# Turn off your phone's GPS and restart the phone during the trip. Better than surge.



## puber (Aug 31, 2014)

I am not sure it would work, but GPS confused phone can add a dollar or 10 to the fair.


----------



## NoPings (Dec 27, 2014)

Like Uber like puber


----------



## Simon (Jan 4, 2015)

Dirty thief


----------



## uber_sea (Jan 9, 2015)

Does that really work? How about changing the clock? I have a rooted android maybe I should play around it a bit.


----------



## Bethesda.UberXL (Aug 25, 2014)

shame on y'all


----------



## UberHammer (Dec 5, 2014)

puber said:


> I am not sure it would work, but GPS confused phone can add a dollar or 10 to the fair.


You get LESS fare by doing this.

If the phone can't use the GPS to track your route it computes the fare based on a straight line between the pickup up point and the drop off point, which unless you drove an exact straight line would produce a distance less than what you drove.


----------



## puber (Aug 31, 2014)

UberHammer said:


> You get LESS fare by doing this.
> 
> If the phone can't use the GPS to track your route it computes the fare based on a straight line between the pickup up point and the drop off point, which unless you drove an exact straight line would produce a distance less than what you drove.

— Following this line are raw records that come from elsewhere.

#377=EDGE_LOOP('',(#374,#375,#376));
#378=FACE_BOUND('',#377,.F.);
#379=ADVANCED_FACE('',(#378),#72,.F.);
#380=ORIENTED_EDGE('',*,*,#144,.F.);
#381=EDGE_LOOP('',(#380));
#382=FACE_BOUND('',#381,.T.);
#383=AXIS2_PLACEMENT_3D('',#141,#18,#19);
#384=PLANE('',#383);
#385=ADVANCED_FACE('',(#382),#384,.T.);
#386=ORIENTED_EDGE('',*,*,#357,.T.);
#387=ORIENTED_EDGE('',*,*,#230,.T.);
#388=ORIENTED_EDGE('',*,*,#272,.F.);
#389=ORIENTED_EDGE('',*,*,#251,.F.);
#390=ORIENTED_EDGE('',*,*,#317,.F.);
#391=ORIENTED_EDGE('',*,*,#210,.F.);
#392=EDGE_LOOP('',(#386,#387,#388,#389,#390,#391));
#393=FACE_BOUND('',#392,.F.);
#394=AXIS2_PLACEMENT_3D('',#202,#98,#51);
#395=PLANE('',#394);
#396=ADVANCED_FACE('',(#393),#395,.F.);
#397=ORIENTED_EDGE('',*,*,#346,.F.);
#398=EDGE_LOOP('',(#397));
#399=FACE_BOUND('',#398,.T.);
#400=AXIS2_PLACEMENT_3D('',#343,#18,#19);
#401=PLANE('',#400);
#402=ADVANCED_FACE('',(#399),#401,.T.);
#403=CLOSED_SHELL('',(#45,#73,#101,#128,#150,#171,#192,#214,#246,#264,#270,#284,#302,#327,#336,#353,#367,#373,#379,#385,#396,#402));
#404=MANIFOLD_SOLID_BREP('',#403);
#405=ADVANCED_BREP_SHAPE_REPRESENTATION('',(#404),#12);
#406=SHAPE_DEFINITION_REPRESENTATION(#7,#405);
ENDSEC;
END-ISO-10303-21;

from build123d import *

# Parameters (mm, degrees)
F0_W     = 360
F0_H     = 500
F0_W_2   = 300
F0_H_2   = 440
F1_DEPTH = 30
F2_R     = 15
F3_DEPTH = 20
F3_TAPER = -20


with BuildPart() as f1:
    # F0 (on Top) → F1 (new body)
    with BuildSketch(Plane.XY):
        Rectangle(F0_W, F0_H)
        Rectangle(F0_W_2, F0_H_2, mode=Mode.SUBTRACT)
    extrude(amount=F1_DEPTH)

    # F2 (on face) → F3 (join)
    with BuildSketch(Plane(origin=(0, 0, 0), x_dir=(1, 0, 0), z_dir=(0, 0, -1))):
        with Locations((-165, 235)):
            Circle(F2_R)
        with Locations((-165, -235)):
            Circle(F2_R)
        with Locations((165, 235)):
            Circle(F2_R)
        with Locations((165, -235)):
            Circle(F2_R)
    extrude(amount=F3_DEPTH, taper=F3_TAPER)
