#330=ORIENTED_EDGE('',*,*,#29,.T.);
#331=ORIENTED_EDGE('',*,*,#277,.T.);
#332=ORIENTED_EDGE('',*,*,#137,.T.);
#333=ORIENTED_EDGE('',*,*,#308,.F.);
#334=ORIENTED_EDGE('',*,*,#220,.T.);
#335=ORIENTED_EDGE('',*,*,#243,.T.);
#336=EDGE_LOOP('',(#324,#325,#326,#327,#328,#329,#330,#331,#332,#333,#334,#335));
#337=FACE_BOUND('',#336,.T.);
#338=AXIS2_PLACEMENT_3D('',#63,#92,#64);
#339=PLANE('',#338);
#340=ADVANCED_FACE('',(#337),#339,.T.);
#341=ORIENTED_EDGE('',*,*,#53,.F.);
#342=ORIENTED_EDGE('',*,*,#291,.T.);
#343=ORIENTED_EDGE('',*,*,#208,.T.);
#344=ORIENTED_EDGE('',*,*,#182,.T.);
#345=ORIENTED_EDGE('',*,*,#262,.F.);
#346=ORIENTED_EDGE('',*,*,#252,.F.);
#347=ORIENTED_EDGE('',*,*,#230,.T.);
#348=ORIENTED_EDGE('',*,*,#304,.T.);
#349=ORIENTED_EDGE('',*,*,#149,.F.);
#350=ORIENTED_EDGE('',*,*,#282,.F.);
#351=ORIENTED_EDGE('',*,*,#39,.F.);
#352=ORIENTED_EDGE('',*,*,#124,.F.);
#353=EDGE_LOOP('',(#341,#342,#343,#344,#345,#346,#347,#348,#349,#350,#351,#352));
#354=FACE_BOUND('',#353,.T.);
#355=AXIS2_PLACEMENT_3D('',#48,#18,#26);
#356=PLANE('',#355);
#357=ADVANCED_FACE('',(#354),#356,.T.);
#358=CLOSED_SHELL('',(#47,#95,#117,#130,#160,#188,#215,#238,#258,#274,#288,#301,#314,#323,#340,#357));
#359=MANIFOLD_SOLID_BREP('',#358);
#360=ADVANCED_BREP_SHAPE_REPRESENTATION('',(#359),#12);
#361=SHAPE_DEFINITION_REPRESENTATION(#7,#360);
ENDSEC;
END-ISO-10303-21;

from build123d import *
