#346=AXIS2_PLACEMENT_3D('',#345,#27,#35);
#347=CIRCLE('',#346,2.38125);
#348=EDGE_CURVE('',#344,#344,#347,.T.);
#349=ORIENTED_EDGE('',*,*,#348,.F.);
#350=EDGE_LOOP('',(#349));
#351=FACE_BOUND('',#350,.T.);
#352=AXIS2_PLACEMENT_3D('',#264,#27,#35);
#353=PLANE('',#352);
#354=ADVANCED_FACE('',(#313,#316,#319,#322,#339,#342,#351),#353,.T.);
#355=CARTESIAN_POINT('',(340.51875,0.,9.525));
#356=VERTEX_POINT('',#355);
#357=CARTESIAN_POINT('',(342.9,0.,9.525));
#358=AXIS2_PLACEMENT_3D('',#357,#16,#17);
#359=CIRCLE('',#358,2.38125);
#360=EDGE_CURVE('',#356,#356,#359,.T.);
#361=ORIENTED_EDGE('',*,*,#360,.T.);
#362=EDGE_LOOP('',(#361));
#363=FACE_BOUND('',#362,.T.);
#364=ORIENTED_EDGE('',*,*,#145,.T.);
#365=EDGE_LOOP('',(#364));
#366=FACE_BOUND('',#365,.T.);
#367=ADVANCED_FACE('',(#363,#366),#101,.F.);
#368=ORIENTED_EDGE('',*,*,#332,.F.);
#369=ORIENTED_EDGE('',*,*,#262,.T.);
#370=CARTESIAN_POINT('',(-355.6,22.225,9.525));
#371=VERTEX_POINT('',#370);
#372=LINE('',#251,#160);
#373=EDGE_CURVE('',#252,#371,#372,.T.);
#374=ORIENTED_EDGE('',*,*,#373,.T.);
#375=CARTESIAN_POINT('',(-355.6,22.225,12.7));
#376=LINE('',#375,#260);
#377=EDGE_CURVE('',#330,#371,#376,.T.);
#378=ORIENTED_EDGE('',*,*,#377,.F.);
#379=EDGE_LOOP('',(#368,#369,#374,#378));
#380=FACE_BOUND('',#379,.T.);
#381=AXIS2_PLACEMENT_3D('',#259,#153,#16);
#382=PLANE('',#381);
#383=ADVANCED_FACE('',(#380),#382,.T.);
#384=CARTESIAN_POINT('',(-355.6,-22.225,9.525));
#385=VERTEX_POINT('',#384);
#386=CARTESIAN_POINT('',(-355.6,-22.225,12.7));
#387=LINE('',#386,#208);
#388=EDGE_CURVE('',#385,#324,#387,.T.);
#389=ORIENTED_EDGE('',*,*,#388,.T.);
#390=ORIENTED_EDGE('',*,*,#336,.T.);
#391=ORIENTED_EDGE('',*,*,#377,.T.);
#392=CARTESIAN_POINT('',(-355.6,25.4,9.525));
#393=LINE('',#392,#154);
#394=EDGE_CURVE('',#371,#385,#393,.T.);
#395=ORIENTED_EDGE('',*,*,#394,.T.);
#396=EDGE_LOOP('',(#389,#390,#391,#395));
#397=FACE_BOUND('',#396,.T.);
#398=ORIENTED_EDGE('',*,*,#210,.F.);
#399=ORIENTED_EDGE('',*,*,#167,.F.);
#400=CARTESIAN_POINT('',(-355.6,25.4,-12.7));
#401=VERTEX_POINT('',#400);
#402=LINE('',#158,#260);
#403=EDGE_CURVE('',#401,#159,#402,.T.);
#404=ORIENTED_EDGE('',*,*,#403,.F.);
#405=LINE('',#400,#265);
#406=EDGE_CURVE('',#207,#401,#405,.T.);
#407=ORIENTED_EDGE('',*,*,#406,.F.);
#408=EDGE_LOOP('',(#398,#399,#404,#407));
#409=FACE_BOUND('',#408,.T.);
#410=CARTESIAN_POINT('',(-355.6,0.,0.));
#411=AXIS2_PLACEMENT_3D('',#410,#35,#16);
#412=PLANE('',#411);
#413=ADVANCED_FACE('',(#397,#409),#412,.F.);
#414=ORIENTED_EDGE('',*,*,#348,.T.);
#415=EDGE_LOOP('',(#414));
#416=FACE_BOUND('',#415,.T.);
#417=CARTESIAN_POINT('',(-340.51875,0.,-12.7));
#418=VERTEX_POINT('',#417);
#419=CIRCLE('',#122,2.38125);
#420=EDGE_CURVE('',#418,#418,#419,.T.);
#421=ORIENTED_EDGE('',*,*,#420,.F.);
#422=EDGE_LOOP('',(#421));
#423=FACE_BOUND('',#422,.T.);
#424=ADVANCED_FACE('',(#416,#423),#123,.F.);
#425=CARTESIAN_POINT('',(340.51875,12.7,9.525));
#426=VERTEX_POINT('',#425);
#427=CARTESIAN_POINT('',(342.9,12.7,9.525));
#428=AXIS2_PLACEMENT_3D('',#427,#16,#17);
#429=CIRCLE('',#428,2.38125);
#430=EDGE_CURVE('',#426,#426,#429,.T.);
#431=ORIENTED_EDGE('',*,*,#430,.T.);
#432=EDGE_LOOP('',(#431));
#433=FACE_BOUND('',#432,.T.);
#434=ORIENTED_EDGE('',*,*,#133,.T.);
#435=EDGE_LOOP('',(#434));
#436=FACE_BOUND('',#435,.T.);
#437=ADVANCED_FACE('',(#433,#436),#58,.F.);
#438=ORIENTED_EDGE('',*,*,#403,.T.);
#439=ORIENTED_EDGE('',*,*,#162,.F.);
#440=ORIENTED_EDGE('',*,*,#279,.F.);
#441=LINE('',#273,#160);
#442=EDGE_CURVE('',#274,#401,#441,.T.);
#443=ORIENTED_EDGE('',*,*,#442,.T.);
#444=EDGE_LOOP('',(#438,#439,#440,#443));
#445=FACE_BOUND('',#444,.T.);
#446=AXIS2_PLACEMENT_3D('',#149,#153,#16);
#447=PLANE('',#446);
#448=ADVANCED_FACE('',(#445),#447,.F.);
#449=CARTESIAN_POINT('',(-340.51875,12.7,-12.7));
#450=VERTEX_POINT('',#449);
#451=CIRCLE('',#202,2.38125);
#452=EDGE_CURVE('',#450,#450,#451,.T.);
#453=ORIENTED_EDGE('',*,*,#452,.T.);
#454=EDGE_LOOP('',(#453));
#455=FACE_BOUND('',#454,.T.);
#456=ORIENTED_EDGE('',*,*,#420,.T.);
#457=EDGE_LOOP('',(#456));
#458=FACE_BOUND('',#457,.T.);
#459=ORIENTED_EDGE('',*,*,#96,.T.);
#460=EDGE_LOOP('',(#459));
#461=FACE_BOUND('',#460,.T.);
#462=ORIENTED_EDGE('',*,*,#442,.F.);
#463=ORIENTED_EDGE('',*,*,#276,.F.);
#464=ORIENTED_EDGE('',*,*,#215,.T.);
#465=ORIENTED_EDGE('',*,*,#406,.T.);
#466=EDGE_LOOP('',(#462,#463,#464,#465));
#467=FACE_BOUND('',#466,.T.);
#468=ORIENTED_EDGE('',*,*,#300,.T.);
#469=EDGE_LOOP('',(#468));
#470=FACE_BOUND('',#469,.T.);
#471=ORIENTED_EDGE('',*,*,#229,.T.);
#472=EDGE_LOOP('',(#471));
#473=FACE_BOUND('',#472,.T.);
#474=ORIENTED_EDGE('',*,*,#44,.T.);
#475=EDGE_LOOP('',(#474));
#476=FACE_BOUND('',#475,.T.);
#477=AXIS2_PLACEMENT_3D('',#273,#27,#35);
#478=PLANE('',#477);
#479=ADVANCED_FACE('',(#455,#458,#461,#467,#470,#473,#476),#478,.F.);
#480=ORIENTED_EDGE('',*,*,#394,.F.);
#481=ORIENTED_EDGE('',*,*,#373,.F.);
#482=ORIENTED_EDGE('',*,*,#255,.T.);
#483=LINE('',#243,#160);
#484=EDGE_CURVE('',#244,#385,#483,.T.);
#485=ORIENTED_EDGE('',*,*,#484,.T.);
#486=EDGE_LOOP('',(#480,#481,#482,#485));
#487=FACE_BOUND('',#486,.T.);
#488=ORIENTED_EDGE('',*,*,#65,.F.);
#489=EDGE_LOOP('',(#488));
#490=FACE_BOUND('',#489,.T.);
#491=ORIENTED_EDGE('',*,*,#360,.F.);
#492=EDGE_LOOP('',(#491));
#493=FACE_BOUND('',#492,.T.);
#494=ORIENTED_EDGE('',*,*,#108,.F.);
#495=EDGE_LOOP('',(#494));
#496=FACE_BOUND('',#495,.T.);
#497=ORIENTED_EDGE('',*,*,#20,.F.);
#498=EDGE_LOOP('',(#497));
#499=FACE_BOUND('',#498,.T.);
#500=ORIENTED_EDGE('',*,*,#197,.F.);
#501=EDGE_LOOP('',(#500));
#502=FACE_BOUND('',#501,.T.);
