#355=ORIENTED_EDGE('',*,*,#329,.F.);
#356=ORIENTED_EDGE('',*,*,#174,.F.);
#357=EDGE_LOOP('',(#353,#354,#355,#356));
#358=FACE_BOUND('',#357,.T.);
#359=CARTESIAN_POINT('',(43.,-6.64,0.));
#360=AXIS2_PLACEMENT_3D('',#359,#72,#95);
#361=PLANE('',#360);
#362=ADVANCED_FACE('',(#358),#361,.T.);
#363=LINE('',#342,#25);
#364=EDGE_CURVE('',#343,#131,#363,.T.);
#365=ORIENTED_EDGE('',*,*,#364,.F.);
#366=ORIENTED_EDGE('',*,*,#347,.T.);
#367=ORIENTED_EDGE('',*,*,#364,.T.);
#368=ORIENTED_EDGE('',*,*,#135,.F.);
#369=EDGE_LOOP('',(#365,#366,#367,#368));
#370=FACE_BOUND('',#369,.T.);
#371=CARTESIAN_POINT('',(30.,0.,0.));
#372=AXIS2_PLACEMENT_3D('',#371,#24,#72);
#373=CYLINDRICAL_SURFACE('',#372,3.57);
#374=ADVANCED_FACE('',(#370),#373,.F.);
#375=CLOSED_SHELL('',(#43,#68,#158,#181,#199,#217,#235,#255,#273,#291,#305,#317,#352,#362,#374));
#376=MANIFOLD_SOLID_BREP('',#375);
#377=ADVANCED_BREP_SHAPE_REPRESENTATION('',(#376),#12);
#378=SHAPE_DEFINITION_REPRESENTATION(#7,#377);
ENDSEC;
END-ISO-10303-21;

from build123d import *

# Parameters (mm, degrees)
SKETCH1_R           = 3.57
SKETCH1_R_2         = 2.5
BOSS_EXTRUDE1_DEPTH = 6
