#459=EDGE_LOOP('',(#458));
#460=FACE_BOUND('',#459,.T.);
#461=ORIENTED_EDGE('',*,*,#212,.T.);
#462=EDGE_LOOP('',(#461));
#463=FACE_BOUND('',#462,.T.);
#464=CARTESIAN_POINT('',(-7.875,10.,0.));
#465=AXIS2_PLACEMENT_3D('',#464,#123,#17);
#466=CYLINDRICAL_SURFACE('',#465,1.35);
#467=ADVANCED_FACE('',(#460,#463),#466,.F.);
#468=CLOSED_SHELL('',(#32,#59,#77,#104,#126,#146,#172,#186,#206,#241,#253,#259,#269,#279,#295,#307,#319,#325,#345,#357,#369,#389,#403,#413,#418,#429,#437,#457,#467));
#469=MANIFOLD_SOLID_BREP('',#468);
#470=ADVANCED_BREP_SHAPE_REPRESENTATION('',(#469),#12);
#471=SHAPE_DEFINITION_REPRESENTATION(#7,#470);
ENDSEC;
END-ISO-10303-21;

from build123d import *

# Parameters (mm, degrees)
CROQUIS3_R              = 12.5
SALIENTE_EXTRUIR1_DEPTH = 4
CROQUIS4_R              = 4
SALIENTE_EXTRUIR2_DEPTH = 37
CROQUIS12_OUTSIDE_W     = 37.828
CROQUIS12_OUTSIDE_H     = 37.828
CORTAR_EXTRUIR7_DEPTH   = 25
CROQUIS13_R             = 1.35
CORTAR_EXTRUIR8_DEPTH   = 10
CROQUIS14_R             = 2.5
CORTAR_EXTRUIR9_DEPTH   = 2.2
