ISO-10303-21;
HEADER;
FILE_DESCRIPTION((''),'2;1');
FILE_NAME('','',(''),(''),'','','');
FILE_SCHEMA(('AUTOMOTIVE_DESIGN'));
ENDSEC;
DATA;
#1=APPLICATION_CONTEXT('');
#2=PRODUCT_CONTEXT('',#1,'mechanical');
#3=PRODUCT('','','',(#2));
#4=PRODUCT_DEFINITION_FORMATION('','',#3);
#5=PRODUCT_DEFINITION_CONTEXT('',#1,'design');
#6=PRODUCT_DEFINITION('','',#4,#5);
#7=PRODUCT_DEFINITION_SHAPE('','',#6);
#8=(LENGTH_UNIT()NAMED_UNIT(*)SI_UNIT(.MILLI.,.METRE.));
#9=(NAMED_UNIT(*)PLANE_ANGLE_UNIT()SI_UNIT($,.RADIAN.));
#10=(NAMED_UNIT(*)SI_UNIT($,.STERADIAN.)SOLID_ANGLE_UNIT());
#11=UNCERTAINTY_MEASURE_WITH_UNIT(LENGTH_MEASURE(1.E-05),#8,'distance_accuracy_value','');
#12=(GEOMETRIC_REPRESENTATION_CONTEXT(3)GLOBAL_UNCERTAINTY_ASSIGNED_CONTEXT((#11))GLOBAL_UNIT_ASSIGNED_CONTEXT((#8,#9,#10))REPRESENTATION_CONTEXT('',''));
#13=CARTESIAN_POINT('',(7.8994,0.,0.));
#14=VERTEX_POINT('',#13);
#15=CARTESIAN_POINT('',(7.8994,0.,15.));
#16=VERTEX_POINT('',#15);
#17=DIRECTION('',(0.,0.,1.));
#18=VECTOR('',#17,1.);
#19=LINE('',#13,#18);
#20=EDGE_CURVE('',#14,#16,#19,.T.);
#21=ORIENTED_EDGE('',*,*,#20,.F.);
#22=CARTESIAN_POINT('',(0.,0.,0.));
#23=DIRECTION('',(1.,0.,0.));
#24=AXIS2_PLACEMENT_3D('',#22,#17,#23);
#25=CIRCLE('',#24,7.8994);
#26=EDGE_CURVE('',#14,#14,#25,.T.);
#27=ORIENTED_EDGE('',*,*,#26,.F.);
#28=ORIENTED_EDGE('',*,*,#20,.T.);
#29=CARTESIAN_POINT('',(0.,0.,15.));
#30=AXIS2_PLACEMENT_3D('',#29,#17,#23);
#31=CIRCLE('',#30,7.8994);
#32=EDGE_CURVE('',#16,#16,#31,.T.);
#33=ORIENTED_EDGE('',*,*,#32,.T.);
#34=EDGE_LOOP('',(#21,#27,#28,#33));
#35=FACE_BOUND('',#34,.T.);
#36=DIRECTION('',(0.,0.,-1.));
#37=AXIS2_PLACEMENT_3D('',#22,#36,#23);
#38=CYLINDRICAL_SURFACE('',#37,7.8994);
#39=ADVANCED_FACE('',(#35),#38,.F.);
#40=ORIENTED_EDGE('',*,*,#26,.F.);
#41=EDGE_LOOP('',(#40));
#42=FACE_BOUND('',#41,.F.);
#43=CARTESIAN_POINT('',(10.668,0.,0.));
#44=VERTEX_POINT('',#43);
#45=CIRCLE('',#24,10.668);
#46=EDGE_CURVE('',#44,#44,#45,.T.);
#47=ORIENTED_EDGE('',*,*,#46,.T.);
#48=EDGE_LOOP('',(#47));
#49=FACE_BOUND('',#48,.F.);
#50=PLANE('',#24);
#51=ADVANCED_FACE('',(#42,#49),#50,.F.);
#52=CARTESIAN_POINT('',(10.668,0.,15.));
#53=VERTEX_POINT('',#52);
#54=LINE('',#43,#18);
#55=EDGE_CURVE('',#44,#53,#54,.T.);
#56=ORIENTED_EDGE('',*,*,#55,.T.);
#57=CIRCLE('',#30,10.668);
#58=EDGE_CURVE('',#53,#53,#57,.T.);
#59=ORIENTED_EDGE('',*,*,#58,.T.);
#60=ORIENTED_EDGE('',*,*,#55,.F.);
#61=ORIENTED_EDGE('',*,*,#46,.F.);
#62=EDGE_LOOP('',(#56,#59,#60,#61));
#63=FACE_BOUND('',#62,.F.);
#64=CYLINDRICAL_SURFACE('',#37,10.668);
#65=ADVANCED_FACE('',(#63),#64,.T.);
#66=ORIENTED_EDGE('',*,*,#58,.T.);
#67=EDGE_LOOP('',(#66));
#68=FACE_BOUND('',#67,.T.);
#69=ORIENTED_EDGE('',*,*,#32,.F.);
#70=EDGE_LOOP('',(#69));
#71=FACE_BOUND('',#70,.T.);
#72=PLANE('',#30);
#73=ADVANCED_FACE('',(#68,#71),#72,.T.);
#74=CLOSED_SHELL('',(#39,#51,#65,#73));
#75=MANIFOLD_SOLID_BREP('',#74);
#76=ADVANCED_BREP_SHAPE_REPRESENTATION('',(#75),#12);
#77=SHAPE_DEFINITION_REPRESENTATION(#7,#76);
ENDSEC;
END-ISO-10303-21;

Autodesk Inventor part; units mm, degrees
ref_plane "YZ Plane" through (0, 0, 0) normal (1, 0, 0) x (0, 1, 0)
ref_plane "Start Plane" through (0, 0, 0) normal (0, 0, 1) x (1, 0, 0)
ref_plane "End Plane" through (0, 0, 15) normal (0, 0, 1) x (1, 0, 0)
sketch "Sketch" plane through (0, 0, 0) normal (0, 0, 1) x (1, 0, 0)
  circle A0 centre (0, 0) radius 7.8994
  circle A1 centre (0, 0) radius 10.668
  dimension "d0" = 21.336
  dimension "d1" = 2.7686
extrude "Body" add sketch "Sketch" along normal up to surface (15 mm away) from surface at 0
sketch "Sketch3" plane through (0, 0, 0) normal (0, 0, 1) x (1, 0, 0)
  line L0 (0, 0) -> (10, 0)
ref_plane "Work Plane3" through (0, 0, 0) normal (0, -1, 0) x (1, 0, 0)
sketch "Sketch4" plane through (0, 0, 0) normal (0, -1, 0) x (1, 0, 0)
  line L0 (-2, 0) -> (12, 0) projected
  line L1 (-2, 15) -> (12, 15) projected
  dimension "d7" = 15
equation "\"d0\" = G_H"
equation "\"d1\" = G_T"
equation "\"d2\" = G_L"
equation "\"G_H\" = 21.336"
equation "\"G_T\" = 2.7686"
equation "\"G_L\" = d7"
equation "\"G_OFFSET_START\" = 0"
equation "\"G_OFFSET_END\" = 0"
equation "\"d5\" = G_OFFSET_END + B_L"
equation "\"B_L\" = 15"
properties part number "ANSI - 1/2 x 0.109 - 0.591" material "Steel, Mild"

My reasoning behind this is that when I launch the rider app, it shows me a few blocks away and it takes a few moments to find my location.
I know, some riders use the app with the GPS disabled and it shows them in the other part of town.
Also, I know that uber has no problem charging $100 for a 5-minute ride if gps shows that you moved that far


----------



## UberBlackPr1nce (Dec 28, 2014)

Is this what it come to lol. We are becoming thieves because uber isnt paying us. lets not let money/greed ruin who we are and our morals. remember we are not stealing from uber we are stealing from pax who might be in a bind just like us and trying to make ends meet just like you....


----------



## Ubererx (Oct 14, 2014)

Thats my boy..


----------



## UberRey (Sep 1, 2014)

You guys are still driving for Uber???? 

Lord...


----------



## Stephanie619 (Sep 11, 2014)

Dont let them fool you, they are not doing that, they just want you to


----------



## chi1cabby (May 28, 2014)

This thread reminded of this thread started by @Shocked and Disgusted after the Aug 2014 Rate Cuts:

*Complaint about the people on this forum*
https://uberpeople.net/threads/complaint-about-the-people-on-this-forum.3474/#post-35807


----------



## UberHammer (Dec 5, 2014)

puber said:


> My reasoning behind this is that when I launch the rider app, it shows me a few blocks away and it takes a few moments to find my location.
> I know, some riders use the app with the GPS disabled and it shows them in the other part of town.
> Also, I know that uber has no problem charging $100 for a 5-minute ride if gps shows that you moved that far


If you have a significant other, setup the driver app on their phone. When you have a fare, start the trip on your phone, then turn off your phone. Have your significant other login with their phone. It should register their GPS location. Then have them shut down their phone. Then turn your phone back on and log back in. It should look to Uber like you traveled to and from your significant other's location.


----------



## Bart McCoy (Nov 4, 2014)

lol ahh man


----------



## Stephanie619 (Sep 11, 2014)

BS


----------



## Desert Driver (Nov 9, 2014)

UberRey said:


> You guys are still driving for Uber????
> 
> Lord...


What city does the Lord drive in? I'd like to ride with him some time. That'd rock!


----------



## Sweet Ping (Jan 20, 2015)

Lord
Lord is traditionally an appellation for a person or deity who has authority, control, or power over others; a&#8230;


Desert Driver said:


> What city does the Lord drive in? I'd like to ride with him some time. That'd rock!


Travis would qualify


----------



## Desert Driver (Nov 9, 2014)

chi1cabby said:


> This thread reminded of this thread started by @Shocked and Disgusted after the Aug 2014 Rate Cuts:
> 
> *Complaint about the people on this forum*
> https://uberpeople.net/threads/complaint-about-the-people-on-this-forum.3474/#post-35807


The person leading that discussion in that thread who was supposedly using a hack phone made a very good point when he stated, "_And since Uber is "an app" not a ride sharing company and we are "self-employed" I set my own prices. So now if I feel like a trip is worth over 35 bucks I will do something about it._" That isn't a justification, but it is a good point.


----------



## Desert Driver (Nov 9, 2014)

Sweet Ping said:


> Lord
> Lord is traditionally an appellation for a person or deity who has authority, control, or power over others; a&#8230;
> Travis would qualify


Yeah, I'm not much into that whole Lord thing, but it would be cool to see a bearded man with sandals and a frock driving Uber in my town.


----------



## Chris Dee (Nov 19, 2014)

There are bearded men in sandals driving here in Miami...


----------



## Desert Driver (Nov 9, 2014)

Chris Dee said:


> There are bearded men in sandals driving here in Miami...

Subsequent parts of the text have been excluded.